Your goal: Give the lines below again exactly, starting with the line that holds "# Sketch9 → Cut-Extrude16 (cut)" and going on through the line that holds "The same part".

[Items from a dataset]

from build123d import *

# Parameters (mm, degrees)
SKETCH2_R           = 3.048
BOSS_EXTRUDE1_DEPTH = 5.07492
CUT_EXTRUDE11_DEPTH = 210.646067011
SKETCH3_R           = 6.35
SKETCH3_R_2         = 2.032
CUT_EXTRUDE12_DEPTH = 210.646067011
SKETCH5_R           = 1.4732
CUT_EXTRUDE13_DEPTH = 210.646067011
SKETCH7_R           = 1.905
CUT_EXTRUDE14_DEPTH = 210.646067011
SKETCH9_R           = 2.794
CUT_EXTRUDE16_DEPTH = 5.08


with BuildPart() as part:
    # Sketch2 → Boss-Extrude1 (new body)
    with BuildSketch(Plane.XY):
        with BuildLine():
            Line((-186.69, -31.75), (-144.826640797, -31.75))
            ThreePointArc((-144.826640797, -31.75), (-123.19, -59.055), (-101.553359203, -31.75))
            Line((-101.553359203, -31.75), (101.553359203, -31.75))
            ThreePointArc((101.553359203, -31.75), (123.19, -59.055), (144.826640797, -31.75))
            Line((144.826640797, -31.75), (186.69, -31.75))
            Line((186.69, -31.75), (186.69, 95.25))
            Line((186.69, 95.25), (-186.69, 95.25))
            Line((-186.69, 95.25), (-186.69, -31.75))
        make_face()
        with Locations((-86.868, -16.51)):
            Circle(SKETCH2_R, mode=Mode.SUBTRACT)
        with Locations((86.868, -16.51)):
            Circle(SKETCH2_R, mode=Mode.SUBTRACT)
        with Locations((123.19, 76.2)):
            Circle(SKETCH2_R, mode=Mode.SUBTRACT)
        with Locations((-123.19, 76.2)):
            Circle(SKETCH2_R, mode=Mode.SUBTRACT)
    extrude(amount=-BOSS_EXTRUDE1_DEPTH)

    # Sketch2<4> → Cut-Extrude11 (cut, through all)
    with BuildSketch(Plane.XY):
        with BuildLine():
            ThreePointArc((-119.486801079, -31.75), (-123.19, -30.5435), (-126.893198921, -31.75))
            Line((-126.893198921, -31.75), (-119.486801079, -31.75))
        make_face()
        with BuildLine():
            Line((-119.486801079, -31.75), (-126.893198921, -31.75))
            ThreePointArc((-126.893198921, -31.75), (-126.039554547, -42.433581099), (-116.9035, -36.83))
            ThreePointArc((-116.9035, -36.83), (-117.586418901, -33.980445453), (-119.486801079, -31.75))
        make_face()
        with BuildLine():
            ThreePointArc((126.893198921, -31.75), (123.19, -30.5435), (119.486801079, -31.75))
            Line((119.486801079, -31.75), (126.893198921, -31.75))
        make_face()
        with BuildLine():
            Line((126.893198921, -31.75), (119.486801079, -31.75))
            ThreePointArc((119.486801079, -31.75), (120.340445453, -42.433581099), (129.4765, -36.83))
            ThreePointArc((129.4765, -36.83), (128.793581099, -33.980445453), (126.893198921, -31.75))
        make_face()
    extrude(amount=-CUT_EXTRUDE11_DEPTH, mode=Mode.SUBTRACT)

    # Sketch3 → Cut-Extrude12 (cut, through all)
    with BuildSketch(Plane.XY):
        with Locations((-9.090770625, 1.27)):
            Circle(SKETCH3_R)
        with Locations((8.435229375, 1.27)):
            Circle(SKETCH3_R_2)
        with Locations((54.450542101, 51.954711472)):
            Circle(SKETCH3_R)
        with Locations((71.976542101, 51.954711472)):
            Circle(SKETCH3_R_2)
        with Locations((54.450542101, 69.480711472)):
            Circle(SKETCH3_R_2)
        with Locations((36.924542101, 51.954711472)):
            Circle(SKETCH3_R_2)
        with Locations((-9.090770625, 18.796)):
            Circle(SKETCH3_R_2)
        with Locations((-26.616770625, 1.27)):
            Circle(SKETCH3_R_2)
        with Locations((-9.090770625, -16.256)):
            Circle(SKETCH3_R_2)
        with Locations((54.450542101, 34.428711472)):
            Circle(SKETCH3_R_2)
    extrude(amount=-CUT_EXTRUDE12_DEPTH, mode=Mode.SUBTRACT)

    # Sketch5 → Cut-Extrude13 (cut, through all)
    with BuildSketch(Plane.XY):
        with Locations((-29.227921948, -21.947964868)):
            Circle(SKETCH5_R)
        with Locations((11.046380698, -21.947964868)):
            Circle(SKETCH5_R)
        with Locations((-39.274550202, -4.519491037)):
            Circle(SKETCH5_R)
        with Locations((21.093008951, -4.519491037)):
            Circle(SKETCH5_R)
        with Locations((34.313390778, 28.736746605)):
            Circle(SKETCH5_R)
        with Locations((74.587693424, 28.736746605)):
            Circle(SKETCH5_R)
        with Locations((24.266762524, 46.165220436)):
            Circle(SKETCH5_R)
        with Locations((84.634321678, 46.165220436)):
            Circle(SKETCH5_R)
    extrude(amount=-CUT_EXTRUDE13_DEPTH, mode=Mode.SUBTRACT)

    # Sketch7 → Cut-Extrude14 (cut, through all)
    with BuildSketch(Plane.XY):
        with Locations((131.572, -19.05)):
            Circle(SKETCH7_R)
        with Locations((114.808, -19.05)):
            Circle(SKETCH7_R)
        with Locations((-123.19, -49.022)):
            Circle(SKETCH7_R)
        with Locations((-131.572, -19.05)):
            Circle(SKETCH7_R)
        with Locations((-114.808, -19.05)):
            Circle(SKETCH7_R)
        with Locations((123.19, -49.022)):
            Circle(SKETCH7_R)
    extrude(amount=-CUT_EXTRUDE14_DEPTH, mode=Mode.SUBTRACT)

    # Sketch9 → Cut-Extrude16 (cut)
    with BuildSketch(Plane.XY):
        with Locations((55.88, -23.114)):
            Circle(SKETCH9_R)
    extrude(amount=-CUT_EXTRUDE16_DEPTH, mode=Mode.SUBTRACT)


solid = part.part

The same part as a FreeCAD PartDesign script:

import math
import FreeCAD as App
import Part
import Sketcher
from FreeCAD import Vector
Q = App.Units.Quantity

doc = App.newDocument("Part")
params = doc.addObject("Spreadsheet::Sheet", "Params")
for row, (alias, value) in enumerate([
    ("sketch1_diameter", "0.24 in"),
    ("sketch1_height", "5 in"),
    ("sketch1_width", "14.7 in"),
    ("sketch1_radius", "0.875 in"),
    ("pad1_length", "0.1998 in"),
    ("sketch2_height", "0.2 in"),
    ("sketch3_diameter", "0.5 in"),
    ("sketch3_diameter2", "0.16 in"),
    ("sketch4_diameter", "0.116 in"),
    ("sketch5_diameter", "0.15 in"),
    ("sketch6_diameter", "0.22 in"),
    ("pocket5_length", "0.2 in"),
], start=1):
    params.set(f"A{row}", alias)
    params.set(f"B{row}", "=" + value)
    params.setAlias(f"B{row}", alias)

body = doc.addObject("PartDesign::Body", "Body")

# Sketch on XY plane
sketch1 = body.newObject("Sketcher::SketchObject", "Sketch")
sketch1.AttachmentSupport = (doc.getObject("XY_Plane"), [""])
sketch1.MapMode = "FlatFace"
sketch1.addGeometry([
    Part.LineSegment(Vector(-186.7, -31.8, 0), Vector(-144.8, -31.8, 0)),  # 0
    Part.ArcOfCircle(Part.Circle(Vector(-123.2, -36.8, 0), Vector(0, 0, 1), 22.2), math.radians(167), math.radians(373)),  # 1
    Part.LineSegment(Vector(-101.6, -31.8, 0), Vector(101.6, -31.8, 0)),  # 2
    Part.ArcOfCircle(Part.Circle(Vector(123.2, -36.8, 0), Vector(0, 0, 1), 22.2), math.radians(167), math.radians(373)),  # 3
    Part.LineSegment(Vector(144.8, -31.8, 0), Vector(186.7, -31.8, 0)),  # 4
    Part.LineSegment(Vector(186.7, -31.8, 0), Vector(186.7, 95.2, 0)),  # 5
    Part.LineSegment(Vector(186.7, 95.2, 0), Vector(-186.7, 95.2, 0)),  # 6
    Part.LineSegment(Vector(-186.7, 95.2, 0), Vector(-186.7, -31.8, 0)),  # 7
    Part.Circle(Vector(-86.9, -16.5, 0), Vector(0, 0, 1), 3),  # 8
    Part.Circle(Vector(86.9, -16.5, 0), Vector(0, 0, 1), 3),  # 9
    Part.Circle(Vector(-123.2, 76.2, 0), Vector(0, 0, 1), 3),  # 10
    Part.Circle(Vector(123.2, 76.2, 0), Vector(0, 0, 1), 3),  # 11
], False)
sketch1.addConstraint([
    Sketcher.Constraint("Coincident", 0, 2, 1, 1),
    Sketcher.Constraint("Coincident", 1, 2, 2, 1),
    Sketcher.Constraint("Coincident", 2, 2, 3, 1),
    Sketcher.Constraint("Coincident", 3, 2, 4, 1),
    Sketcher.Constraint("Coincident", 4, 2, 5, 1),
    Sketcher.Constraint("Coincident", 5, 2, 6, 1),
    Sketcher.Constraint("Coincident", 6, 2, 7, 1),
    Sketcher.Constraint("Coincident", 7, 2, 0, 1),
    Sketcher.Constraint("Horizontal", 0),
    Sketcher.Constraint("Horizontal", 2),
    Sketcher.Constraint("Horizontal", 4),
    Sketcher.Constraint("Vertical", 5),
    Sketcher.Constraint("Horizontal", 6),
    Sketcher.Constraint("Vertical", 7),
    Sketcher.Constraint("Equal", 1, 3),
    Sketcher.Constraint("Equal", 8, 9),
    Sketcher.Constraint("Equal", 9, 10),
    Sketcher.Constraint("Equal", 10, 11),
    Sketcher.Constraint("Symmetric", 1, 3, 3, 3, -2),
    Sketcher.Constraint("Symmetric", 8, 3, 9, 3, -2),
    Sketcher.Constraint("Symmetric", 10, 3, 11, 3, -2),
    Sketcher.Constraint("Symmetric", 4, 2, 7, 2, -2),
    Sketcher.Constraint("Horizontal", 0, 2, 1, 2),
    Sketcher.Constraint("Vertical", 1, 3, 10, 3),
    Sketcher.Constraint("Diameter", 8, Q("0.24 in")),
    Sketcher.Constraint("DistanceY", 5, 1, 5, 2, Q("5 in")),
    Sketcher.Constraint("DistanceX", 6, 2, 6, 1, Q("14.7 in")),
    Sketcher.Constraint("DistanceY", -1, 1, 10, 3, Q("3 in")),
    Sketcher.Constraint("Radius", 1, Q("0.875 in")),
    Sketcher.Constraint("DistanceX", 1, 3, 3, 3, Q("9.7 in")),
    Sketcher.Constraint("DistanceY", 1, 3, 8, 3, Q("0.8 in")),
    Sketcher.Constraint("DistanceY", 1, 3, 0, 2, Q("0.2 in")),
    Sketcher.Constraint("DistanceY", 1, 3, -1, 1, Q("1.45 in")),
    Sketcher.Constraint("DistanceX", 8, 3, -1, 1, Q("3.42 in")),
])
sketch1.setExpression("Constraints[24]", "Params.sketch1_diameter")
sketch1.setExpression("Constraints[25]", "Params.sketch1_height")
sketch1.setExpression("Constraints[26]", "Params.sketch1_width")
sketch1.setExpression("Constraints[28]", "Params.sketch1_radius")
pad1 = body.newObject("PartDesign::Pad", "Pad")
pad1.Profile = sketch1
pad1.setExpression("Length", "Params.pad1_length")
pad1.Reversed = True

# Sketch on XY plane
sketch2 = body.newObject("Sketcher::SketchObject", "Sketch001")
sketch2.AttachmentSupport = (doc.getObject("XY_Plane"), [""])
sketch2.MapMode = "FlatFace"
sketch2.addGeometry([
    Part.ArcOfCircle(Part.Circle(Vector(-123, -37, 0), Vector(0, 0, 1), 6), math.radians(54), math.radians(126)),  # 0
    Part.ArcOfCircle(Part.Circle(Vector(-123, -37, 0), Vector(0, 0, 1), 6), math.radians(126), math.radians(360)),  # 1
    Part.ArcOfCircle(Part.Circle(Vector(-123, -37, 0), Vector(0, 0, 1), 6), math.radians(0), math.radians(54)),  # 2
    Part.ArcOfCircle(Part.Circle(Vector(123, -37, 0), Vector(0, 0, 1), 6), math.radians(54), math.radians(126)),  # 3
    Part.ArcOfCircle(Part.Circle(Vector(123, -37, 0), Vector(0, 0, 1), 6), math.radians(126), math.radians(360)),  # 4
    Part.ArcOfCircle(Part.Circle(Vector(123, -37, 0), Vector(0, 0, 1), 6), math.radians(0), math.radians(54)),  # 5
], False)
sketch2.addConstraint([
    Sketcher.Constraint("Tangent", 0, 2, 1, 1),
    Sketcher.Constraint("Tangent", 1, 2, 2, 1),
    Sketcher.Constraint("Tangent", 2, 2, 0, 1),
    Sketcher.Constraint("Tangent", 3, 2, 4, 1),
    Sketcher.Constraint("Tangent", 4, 2, 5, 1),
    Sketcher.Constraint("Tangent", 5, 2, 3, 1),
    Sketcher.Constraint("Equal", 2, 3),
    Sketcher.Constraint("Symmetric", 0, 3, 3, 3, -2),
    Sketcher.Constraint("Horizontal", 5, 3, 1, 2),
    Sketcher.Constraint("Horizontal", 0, 2, 2, 2),
    Sketcher.Constraint("Horizontal", 2, 2, 3, 2),
    Sketcher.Constraint("Horizontal", 1, 2, 4, 2),
    Sketcher.Constraint("Horizontal", 3, 2, 5, 2),
    Sketcher.Constraint("Radius", 0, Q("0.2475 in")),
    Sketcher.Constraint("DistanceX", 0, 3, 3, 3, Q("9.7 in")),
    Sketcher.Constraint("DistanceY", 0, 3, 0, 2, Q("0.2 in")),
    Sketcher.Constraint("DistanceY", 0, 3, -1, 1, Q("1.45 in")),
])
sketch2.setExpression("Constraints[15]", "Params.sketch2_height")
pocket1 = body.newObject("PartDesign::Pocket", "Pocket")
pocket1.Profile = sketch2
pocket1.Type = "ThroughAll"

# Sketch on XY plane
sketch3 = body.newObject("Sketcher::SketchObject", "Sketch002")
sketch3.AttachmentSupport = (doc.getObject("XY_Plane"), [""])
sketch3.MapMode = "FlatFace"
sketch3.addGeometry([
    Part.Circle(Vector(-9.1, 1.3, 0), Vector(0, 0, 1), 6.3),  # 0
    Part.Circle(Vector(8.4, 1.3, 0), Vector(0, 0, 1), 2),  # 1
    Part.Circle(Vector(54.5, 52, 0), Vector(0, 0, 1), 6.3),  # 2
    Part.Circle(Vector(72, 52, 0), Vector(0, 0, 1), 2),  # 3
    Part.Circle(Vector(54.5, 69.5, 0), Vector(0, 0, 1), 2),  # 4
    Part.Circle(Vector(36.9, 52, 0), Vector(0, 0, 1), 2),  # 5
    Part.Circle(Vector(-9.1, 18.8, 0), Vector(0, 0, 1), 2),  # 6
    Part.Circle(Vector(-26.6, 1.3, 0), Vector(0, 0, 1), 2),  # 7
    Part.Circle(Vector(-9.1, -16.3, 0), Vector(0, 0, 1), 2),  # 8
    Part.Circle(Vector(54.5, 34.4, 0), Vector(0, 0, 1), 2),  # 9
], False)
sketch3.addConstraint([
    Sketcher.Constraint("Equal", 0, 2),
    Sketcher.Constraint("Equal", 1, 3),
    Sketcher.Constraint("Equal", 3, 4),
    Sketcher.Constraint("Equal", 4, 5),
    Sketcher.Constraint("Equal", 5, 6),
    Sketcher.Constraint("Equal", 6, 7),
    Sketcher.Constraint("Equal", 7, 8),
    Sketcher.Constraint("Equal", 8, 9),
    Sketcher.Constraint("Horizontal", 0, 3, 1, 3),
    Sketcher.Constraint("Horizontal", 2, 3, 3, 3),
    Sketcher.Constraint("Horizontal", 3, 3, 5, 3),
    Sketcher.Constraint("Horizontal", 1, 3, 7, 3),
    Sketcher.Constraint("Vertical", 2, 3, 4, 3),
    Sketcher.Constraint("Vertical", 0, 3, 6, 3),
    Sketcher.Constraint("Vertical", 6, 3, 8, 3),
    Sketcher.Constraint("Vertical", 4, 3, 9, 3),
    Sketcher.Constraint("Diameter", 0, Q("0.5 in")),
    Sketcher.Constraint("Diameter", 1, Q("0.16 in")),
    Sketcher.Constraint("DistanceY", -1, 1, 0, 3, Q("0.05 in")),
    Sketcher.Constraint("DistanceY", -1, 1, 6, 3, Q("0.74 in")),
    Sketcher.Constraint("DistanceY", 8, 3, -1, 1, Q("0.64 in")),
    Sketcher.Constraint("DistanceX", 0, 3, 1, 3, Q("0.69 in")),
    Sketcher.Constraint("DistanceX", 2, 3, 3, 3, Q("0.69 in")),
    Sketcher.Constraint("DistanceY", 2, 3, 4, 3, Q("0.69 in")),
    Sketcher.Constraint("DistanceX", 5, 3, 2, 3, Q("0.69 in")),
    Sketcher.Constraint("DistanceX", 7, 3, 0, 3, Q("0.69 in")),
    Sketcher.Constraint("DistanceY", 9, 3, 2, 3, Q("0.69 in")),
    Sketcher.Constraint("DistanceX", 0, 3, -1, 1, 9.090771),
    Sketcher.Constraint("DistanceY", -1, 1, 2, 3, 51.954711),
    Sketcher.Constraint("DistanceX", -1, 1, 2, 3, 54.450542),
])
sketch3.setExpression("Constraints[16]", "Params.sketch3_diameter")
sketch3.setExpression("Constraints[17]", "Params.sketch3_diameter2")
pocket2 = body.newObject("PartDesign::Pocket", "Pocket001")
pocket2.Profile = sketch3
pocket2.Type = "ThroughAll"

Answer space:
    # Sketch9 → Cut-Extrude16 (cut)
    with BuildSketch(Plane.XY):
        with Locations((55.88, -23.114)):
            Circle(SKETCH9_R)
    extrude(amount=-CUT_EXTRUDE16_DEPTH, mode=Mode.SUBTRACT)


solid = part.part

The same part as a FreeCAD PartDesign script:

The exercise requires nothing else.